[PATCH v2 2/3] bcache: fix io error during cache read race

Linux bcache driver list
 help / color / mirror / Atom feed

From: mingzhe.zou@easystack.cn
To: colyli@suse.de
Cc: linux-bcache@vger.kernel.org, dongsheng.yang@easystack.cn,
	zoumingzhe@qq.com
Subject: [PATCH v2 2/3] bcache: fix io error during cache read race
Date: Tue, 19 Nov 2024 15:40:30 +0800	[thread overview]
Message-ID: <20241119074031.27340-2-mingzhe.zou@easystack.cn> (raw)
In-Reply-To: <20241119074031.27340-1-mingzhe.zou@easystack.cn>

From: Mingzhe Zou <mingzhe.zou@easystack.cn>

In our production environment, bcache returned IO_ERROR(errno=-5).
These errors always happen during 1M read IO under high pressure
and without any message log. When the error occurred, we stopped
all reading and writing and used 1M read IO to read the entire disk
without any errors. Later we found that cache_read_races of cache_set
is non-zero.

If a large (1M) read bio is split into two or more bios, when one bio
reads dirty data, s->read_dirty_data will be set to true and remain.
If the bucket was reused while our subsequent read bio was in flight,
the read will be unrecoverable(cannot read data from backing).

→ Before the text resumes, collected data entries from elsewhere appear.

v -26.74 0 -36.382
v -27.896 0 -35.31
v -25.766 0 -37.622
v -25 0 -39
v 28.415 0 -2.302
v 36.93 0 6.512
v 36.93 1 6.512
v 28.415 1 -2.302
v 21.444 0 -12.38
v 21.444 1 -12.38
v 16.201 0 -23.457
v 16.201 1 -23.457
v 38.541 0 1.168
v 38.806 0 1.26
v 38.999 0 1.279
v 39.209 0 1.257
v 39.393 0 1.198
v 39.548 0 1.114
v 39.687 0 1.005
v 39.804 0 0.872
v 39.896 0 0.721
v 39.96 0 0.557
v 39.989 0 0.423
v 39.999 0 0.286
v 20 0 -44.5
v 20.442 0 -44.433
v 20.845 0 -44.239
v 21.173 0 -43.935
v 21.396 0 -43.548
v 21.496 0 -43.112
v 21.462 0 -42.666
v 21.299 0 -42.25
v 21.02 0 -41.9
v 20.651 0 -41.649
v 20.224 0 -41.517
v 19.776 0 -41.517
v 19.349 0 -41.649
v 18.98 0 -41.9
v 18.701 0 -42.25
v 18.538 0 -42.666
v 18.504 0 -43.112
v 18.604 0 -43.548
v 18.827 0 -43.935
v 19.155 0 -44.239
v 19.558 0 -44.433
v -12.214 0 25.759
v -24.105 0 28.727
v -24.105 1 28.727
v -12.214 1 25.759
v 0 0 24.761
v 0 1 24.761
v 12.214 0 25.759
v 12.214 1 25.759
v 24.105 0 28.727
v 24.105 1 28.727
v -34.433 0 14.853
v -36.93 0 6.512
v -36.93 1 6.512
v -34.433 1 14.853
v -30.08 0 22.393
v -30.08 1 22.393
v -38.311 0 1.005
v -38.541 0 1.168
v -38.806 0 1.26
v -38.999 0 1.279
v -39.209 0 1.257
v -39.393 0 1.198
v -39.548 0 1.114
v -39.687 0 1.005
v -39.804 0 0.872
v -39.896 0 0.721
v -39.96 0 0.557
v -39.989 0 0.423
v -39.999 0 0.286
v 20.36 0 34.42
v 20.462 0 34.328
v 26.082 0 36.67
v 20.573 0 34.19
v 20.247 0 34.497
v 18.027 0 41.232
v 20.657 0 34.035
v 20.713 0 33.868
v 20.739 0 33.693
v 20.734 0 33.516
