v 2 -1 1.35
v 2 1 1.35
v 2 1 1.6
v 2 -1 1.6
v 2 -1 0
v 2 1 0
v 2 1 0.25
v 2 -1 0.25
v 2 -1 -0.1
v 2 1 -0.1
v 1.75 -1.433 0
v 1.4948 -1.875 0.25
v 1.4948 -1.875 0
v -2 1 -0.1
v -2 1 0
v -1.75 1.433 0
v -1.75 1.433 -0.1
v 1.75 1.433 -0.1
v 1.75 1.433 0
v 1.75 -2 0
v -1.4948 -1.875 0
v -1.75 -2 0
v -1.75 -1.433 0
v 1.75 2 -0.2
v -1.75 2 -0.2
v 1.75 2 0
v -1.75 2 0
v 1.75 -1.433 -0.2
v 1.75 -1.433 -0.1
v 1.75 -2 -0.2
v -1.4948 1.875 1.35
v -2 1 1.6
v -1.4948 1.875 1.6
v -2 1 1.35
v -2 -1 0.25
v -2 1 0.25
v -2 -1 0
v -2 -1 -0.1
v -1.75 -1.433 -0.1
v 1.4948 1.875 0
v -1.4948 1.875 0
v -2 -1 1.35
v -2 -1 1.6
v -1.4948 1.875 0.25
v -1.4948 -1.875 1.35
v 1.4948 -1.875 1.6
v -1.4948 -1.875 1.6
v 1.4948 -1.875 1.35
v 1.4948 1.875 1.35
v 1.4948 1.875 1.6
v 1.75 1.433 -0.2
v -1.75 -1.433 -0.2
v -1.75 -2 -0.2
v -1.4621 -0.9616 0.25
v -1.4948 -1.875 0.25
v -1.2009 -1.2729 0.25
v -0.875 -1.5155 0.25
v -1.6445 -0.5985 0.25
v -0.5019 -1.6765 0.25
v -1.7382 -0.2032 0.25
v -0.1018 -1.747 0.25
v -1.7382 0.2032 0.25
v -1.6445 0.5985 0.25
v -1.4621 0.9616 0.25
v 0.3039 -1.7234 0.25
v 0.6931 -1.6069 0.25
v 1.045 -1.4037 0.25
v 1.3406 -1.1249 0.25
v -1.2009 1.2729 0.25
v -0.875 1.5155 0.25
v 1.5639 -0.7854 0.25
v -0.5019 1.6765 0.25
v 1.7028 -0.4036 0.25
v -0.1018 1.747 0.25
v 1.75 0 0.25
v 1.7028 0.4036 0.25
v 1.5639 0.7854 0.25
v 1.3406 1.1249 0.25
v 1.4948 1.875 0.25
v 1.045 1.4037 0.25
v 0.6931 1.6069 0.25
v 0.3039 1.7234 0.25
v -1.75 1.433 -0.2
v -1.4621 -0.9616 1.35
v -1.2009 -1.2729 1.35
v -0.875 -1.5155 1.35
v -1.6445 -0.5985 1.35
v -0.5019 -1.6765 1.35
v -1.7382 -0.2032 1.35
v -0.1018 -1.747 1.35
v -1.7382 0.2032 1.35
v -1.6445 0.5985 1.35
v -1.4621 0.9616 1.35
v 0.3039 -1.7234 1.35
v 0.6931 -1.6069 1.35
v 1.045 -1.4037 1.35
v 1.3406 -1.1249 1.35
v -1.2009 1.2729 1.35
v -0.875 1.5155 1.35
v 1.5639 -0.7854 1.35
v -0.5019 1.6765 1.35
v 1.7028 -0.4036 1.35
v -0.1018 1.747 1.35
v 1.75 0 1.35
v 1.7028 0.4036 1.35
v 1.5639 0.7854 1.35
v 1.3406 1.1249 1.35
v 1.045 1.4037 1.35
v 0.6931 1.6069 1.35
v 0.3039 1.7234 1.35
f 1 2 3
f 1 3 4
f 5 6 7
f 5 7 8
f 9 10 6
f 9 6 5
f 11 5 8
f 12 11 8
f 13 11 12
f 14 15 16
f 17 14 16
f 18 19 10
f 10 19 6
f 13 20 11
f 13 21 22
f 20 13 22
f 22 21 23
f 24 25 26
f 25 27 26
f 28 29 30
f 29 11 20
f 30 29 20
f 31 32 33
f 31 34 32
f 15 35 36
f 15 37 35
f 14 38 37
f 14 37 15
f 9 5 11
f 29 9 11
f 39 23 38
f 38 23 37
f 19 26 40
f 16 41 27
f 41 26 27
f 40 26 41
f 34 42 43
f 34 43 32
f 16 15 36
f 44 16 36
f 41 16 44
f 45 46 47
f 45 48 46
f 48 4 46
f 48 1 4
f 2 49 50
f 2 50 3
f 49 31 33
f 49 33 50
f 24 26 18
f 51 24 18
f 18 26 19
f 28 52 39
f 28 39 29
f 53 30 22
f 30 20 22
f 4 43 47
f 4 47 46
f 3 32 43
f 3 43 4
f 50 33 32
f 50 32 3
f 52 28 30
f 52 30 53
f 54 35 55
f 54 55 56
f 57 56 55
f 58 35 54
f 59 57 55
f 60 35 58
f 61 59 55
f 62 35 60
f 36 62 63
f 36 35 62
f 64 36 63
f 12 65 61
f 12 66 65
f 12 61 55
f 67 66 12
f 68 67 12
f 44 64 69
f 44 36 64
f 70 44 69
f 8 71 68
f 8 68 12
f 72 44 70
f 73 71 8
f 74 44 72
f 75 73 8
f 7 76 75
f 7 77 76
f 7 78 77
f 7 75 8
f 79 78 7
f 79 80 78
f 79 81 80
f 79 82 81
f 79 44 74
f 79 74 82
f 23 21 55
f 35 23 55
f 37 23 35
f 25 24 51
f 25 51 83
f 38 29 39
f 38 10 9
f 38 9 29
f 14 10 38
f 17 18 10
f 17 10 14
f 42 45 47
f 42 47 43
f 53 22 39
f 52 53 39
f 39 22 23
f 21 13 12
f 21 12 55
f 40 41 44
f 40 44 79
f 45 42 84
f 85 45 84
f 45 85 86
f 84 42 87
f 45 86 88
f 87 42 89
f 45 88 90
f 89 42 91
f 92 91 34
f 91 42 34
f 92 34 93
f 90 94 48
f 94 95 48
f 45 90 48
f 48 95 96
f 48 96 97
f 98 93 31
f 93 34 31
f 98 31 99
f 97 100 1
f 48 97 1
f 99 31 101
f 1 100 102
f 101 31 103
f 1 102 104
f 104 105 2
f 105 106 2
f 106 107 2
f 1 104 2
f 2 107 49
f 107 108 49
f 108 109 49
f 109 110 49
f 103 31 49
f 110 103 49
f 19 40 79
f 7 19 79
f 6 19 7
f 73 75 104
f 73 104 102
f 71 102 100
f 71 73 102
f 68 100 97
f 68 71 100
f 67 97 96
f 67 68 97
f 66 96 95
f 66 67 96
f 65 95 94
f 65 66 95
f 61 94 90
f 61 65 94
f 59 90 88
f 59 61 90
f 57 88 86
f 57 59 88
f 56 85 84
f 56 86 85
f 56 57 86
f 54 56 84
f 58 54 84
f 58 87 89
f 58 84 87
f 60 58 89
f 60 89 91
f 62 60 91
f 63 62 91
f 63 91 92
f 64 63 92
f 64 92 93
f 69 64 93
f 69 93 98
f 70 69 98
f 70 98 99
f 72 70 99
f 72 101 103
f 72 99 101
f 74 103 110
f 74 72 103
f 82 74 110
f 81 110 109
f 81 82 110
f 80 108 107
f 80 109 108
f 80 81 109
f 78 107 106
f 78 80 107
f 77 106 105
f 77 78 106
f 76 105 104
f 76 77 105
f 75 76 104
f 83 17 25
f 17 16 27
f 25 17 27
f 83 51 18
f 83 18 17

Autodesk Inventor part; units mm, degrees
ref_plane "YZ Plane" through (0, 0, 0) normal (1, 0, 0) x (0, 1, 0)
ref_plane "XZ Plane" through (0, 0, 0) normal (0, 1, 0) x (-1, 0, 0)
ref_plane "XY Plane" through (0, 0, 0) normal (0, 0, 1) x (1, 0, 0)
sketch "Sketch1" plane through (0, 0, 0) normal (0, 0, 1) x (1, 0, 0)
  line L0 (1.75, -2) -> (-1.75, -2)
  line L1 (-1.75, -2) -> (-1.75, 2)
  line L2 (-1.75, 2) -> (1.75, 2)
  line L3 (1.75, 2) -> (1.75, -2)
  line L4 (1.75, -2) -> (-1.75, 2) construction
  line L5 (-1.75, -2) -> (1.75, 2) construction
  line L6 (-2, -1) -> (-2, 1)
  line L7 (-2, 1) -> (-1.4948, 1.875)
  line L8 (-1.4948, 1.875) -> (1.4948, 1.875)
  line L9 (1.4948, 1.875) -> (2, 1)
  line L10 (2, 1) -> (2, -1)
  line L11 (2, -1) -> (1.4948, -1.875)
  line L12 (1.4948, -1.875) -> (-1.4948, -1.875)
  line L13 (-1.4948, -1.875) -> (-2, -1)
  line L14 (-2, -1) -> (2, 1) construction
  line L15 (-2, 1) -> (2, -1) construction
  point P0 (0, 0)
  point P1 (0, 0)
  dimension "d0" = 3.5
  dimension "d1" = 4
  dimension "d2" = 4
  dimension "d3" = 3.75
  dimension "d6" = 150
  dimension "d7" = 150
  dimension "d8" = 2
extrude "Extrusion1" add sketch "Sketch1" along normal blind 1.6 contours L11 L12 L13 L1 L7 L8 L9 L3 | L3 L9 L10 L11 | L13 L6 L7 L1
sketch "Sketch2" plane through (0, 0, 0) normal (0, 0, -1) x (-1, 0, 0)
  line L0 (2, -1) -> (2, 1) projected
  line L1 (2, 1) -> (1.4948, 1.875) projected
  line L2 (1.4948, 1.875) -> (-1.4948, 1.875) projected
  line L3 (-1.4948, 1.875) -> (-2, 1) projected
  line L4 (-2, 1) -> (-2, -1) projected
  line L5 (-2, -1) -> (-1.4948, -1.875) projected
  line L6 (-1.4948, -1.875) -> (1.4948, -1.875) projected
  line L7 (1.4948, -1.875) -> (2, -1) projected
  line L8 (-1.75, -2) -> (1.75, -2)
  line L9 (1.75, -2) -> (1.75, 2)
  line L10 (1.75, 2) -> (-1.75, 2)
  line L11 (-1.75, 2) -> (-1.75, -2)
  line L12 (-1.75, -2) -> (1.75, 2) construction
  line L13 (1.75, -2) -> (-1.75, 2) construction
  point P0 (0, 0)
  dimension "d11" = 3.5
  dimension "d12" = 4
extrude "Extrusion2" add sketch "Sketch2" along normal blind 0.2 contours L9 L8 L11 L5 L6 L7 | L7 L6 L5 L11 L3 L2 L1 L9 | L1 L2 L3 L11 L10 L9
sketch "Sketch3" plane through (0, 0, 0) normal (0, 0, -1) x (-1, 0, 0)
  line L0 (-1.75, -1.433) -> (-1.75, 1.433) projected
  line L1 (-1.75, 1.433) -> (-2, 1) projected
  line L2 (-2, 1) -> (-2, -1) projected
  line L3 (-2, -1) -> (-1.75, -1.433) projected
  line L4 (1.75, 1.433) -> (1.75, -1.433) projected
  line L5 (1.75, -1.433) -> (2, -1) projected
  line L6 (2, -1) -> (2, 1) projected
  line L7 (2, 1) -> (1.75, 1.433) projected
  point P0 (0, 0)
extrude "Extrusion3" add sketch "Sketch3" along normal up to surface (0.2 mm away)
sketch "Sketch4" plane through (0, 0, 0) normal (0, 1, 0) x (-1, 0, 0)
  line L0 (-2, 1.6) -> (-2, -0.2) projected
  line L1 (-1.4948, 1.6) -> (-2, 1.6) projected
  line L2 (-1.4948, 0) -> (-1.4948, 1.6) projected
  line L3 (-1.75, 0) -> (-1.4948, 0) projected
  line L4 (-1.75, -0.2) -> (-1.75, 0) projected
  line L5 (-1.75, -0.2) -> (-2, -0.2) projected
  line L6 (1.4948, 0) -> (1.75, 0) projected
  line L7 (1.4948, 0) -> (1.4948, 1.6) projected
  line L8 (2, 1.6) -> (1.4948, 1.6) projected
  line L9 (2, -0.2) -> (2, 1.6) projected
  line L10 (2, -0.2) -> (1.75, -0.2) projected
  line L11 (1.75, 0) -> (1.75, -0.2) projected
  line L12 (-3.75, 1.35) -> (-1.75, 1.35)
  line L13 (-1.75, 1.35) -> (-1.75, 0.25)
  line L14 (-1.75, 0.25) -> (-3.75, 0.25)
  line L15 (-3.75, 0.25) -> (-3.75, 1.35)
  line L16 (-1.75, -0.2) -> (1.75, -0.2) projected
  line L17 (0, -0.56) -> (0, 1.96) projected
  point P0 (0, 0)
  dimension "d18" = 0.25
  dimension "d19" = 0.25
  dimension "d21" = 2
  dimension "d22" = 0.25
revolve "Revolution1" cut sketch "Sketch4" angle 360 about axis through (0, 0, -10) along (0, 0, 1) contours L12 L13 L14 L0 | L0 L14 L15 L12
sketch "Sketch5" plane through (0, 0, -0.2) normal (0, 0, -1) x (-1, 0, 0)
  line L0 (-1.75, -2) -> (1.75, -2) projected
  line L1 (1.75, -2) -> (1.75, -1.433) projected
  line L2 (2, -1) -> (1.75, -1.433) projected
  line L3 (2, 1) -> (2, -1) projected
  line L4 (1.75, 1.433) -> (2, 1) projected
  line L5 (1.75, 1.433) -> (1.75, 2) projected
  line L6 (1.75, 2) -> (-1.75, 2) projected
  line L7 (-1.75, 2) -> (-1.75, 1.433) projected
  line L8 (-2, 1) -> (-1.75, 1.433) projected
  line L9 (-2, -1) -> (-2, 1) projected
  line L10 (-1.75, -1.433) -> (-2, -1) projected
  line L11 (-1.75, -1.433) -> (-1.75, -2) projected
  line L12 (2, -1.433) -> (-2, -1.433)
  line L13 (-2, -1.433) -> (-2, 1.433)
  line L14 (-2, 1.433) -> (2, 1.433)
  line L15 (2, 1.433) -> (2, -1.433)
  line L16 (2, -1.433) -> (-2, 1.433) construction
  line L17 (-2, -1.433) -> (2, 1.433) construction
  point P0 (0, 0)
extrude "Extrusion4" cut sketch "Sketch5" against normal blind 0.1 contours L12 L13 L10 | L10 L9 L8 L14 L4 L3 L2 L12 | L2 L15 L12 | L13 L14 L8 | L4 L14 L15
properties part number "SRN4018" material "ABS Plastic"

This patch increases the count for bucket->pin to prevent the bucket
from being reclaimed and reused.

Signed-off-by: Mingzhe Zou <mingzhe.zou@easystack.cn>
---
 drivers/md/bcache/request.c | 39 ++++++++++++++++++++++++-------------
 1 file changed, 26 insertions(+), 13 deletions(-)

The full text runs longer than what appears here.